"I have long believed that good food, good eating is all about risk. Whether we're talking about unpasteurized Stilton, raw oysters or working for organized crime 'associates,' food, for me, has always been an adventure."--Anthony Bourdain
This recipe for Porcupine Meatballs, by Lisa Cotter, is from The Baker Family Cookbook Project,
one of the cookbooks created at FamilyCookbookProject.com. We help
families or individuals create heirloom cookbook treasures.

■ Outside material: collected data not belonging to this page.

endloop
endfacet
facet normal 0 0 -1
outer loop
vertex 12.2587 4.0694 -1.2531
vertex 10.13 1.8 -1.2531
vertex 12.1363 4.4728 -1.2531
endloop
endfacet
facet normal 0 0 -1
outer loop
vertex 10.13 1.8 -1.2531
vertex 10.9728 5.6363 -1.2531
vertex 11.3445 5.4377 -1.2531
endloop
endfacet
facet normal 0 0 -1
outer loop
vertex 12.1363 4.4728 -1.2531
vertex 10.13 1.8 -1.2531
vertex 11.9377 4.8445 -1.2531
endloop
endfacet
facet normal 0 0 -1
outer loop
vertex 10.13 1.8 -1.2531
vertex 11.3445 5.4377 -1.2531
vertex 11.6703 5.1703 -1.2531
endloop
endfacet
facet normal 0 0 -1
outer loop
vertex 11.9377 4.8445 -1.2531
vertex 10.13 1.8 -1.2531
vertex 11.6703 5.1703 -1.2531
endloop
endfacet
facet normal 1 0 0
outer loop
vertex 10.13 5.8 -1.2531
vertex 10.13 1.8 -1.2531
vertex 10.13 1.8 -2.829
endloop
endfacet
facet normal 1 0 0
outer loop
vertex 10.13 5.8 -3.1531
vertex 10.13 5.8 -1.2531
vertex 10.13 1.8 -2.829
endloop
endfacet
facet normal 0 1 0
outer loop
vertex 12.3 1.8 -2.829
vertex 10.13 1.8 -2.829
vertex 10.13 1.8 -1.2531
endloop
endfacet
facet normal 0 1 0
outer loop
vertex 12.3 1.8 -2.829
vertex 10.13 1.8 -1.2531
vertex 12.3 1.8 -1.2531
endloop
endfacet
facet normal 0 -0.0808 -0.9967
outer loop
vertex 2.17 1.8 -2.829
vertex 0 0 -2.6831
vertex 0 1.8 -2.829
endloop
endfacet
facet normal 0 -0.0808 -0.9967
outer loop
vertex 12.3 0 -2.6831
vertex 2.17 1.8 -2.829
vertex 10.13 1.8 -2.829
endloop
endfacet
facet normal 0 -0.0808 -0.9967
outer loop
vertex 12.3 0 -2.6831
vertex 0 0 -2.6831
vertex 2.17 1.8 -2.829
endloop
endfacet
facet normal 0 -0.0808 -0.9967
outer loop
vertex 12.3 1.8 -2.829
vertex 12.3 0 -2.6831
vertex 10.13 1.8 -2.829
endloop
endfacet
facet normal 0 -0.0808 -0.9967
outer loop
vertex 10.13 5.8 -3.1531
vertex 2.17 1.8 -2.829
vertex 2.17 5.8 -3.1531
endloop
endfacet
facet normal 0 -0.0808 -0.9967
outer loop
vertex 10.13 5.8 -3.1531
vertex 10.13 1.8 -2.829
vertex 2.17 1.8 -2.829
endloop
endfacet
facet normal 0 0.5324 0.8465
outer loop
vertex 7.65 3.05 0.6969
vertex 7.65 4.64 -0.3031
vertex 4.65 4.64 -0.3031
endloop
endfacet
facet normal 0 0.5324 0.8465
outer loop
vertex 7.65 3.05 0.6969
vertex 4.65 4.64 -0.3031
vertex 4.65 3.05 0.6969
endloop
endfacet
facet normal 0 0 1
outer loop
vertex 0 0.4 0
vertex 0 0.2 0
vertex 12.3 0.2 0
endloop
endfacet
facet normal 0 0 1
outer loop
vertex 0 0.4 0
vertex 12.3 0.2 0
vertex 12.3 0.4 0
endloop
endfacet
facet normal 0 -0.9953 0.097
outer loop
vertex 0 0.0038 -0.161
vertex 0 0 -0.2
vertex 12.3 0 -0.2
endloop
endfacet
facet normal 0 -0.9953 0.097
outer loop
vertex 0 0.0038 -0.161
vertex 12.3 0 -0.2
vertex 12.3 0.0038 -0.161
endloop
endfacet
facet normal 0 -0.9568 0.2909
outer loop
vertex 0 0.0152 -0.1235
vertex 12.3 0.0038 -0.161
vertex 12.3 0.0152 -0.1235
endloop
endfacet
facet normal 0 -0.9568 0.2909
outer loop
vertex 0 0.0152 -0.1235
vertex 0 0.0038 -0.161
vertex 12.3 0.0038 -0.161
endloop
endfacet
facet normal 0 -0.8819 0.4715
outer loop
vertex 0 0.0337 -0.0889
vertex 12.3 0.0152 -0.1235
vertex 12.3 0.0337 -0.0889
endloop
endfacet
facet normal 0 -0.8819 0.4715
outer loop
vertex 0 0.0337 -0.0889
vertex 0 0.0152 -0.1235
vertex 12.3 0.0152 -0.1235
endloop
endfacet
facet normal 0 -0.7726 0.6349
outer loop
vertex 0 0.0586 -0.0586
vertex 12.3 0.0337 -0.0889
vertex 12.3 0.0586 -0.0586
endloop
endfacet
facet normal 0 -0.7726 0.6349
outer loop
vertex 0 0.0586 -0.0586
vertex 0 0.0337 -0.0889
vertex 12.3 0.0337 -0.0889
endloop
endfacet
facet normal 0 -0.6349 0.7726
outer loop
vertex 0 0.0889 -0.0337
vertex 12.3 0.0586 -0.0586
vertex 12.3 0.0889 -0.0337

1/2 c. uncooked long grain rice 1/2 c. water 1/3 c. chopped onion 1 tsp. salt 1/2 tsp. celery salt 1/8 tsp. pepper 1/8 tsp. garlic powder 1 pound ground beef 2 T. cooking oil 1 can (15 oz.) tomato sauce 1 c. water 2 T. brown sugar 2 tsp. Worstershire sauce
In a bowl, combine the first seven ingredients. Add beef and mix well. Shape ingredients into 1 1/2 inch balls. In a large skillet, brown meatballs in oil; drain. Combine tomato sauce, water, brown sugar and Worstershire sauce; pour over meatballs. Reduce heat; cover and simmer for 1 hour.
Serve with mashed potatoes and a salad for a great meal.
*Recipes and photos entered into the Family Cookbook Project are provided by the submitting contributors. All rights are retained by the contributor. Please contact us if you believe copyright violations have occurred.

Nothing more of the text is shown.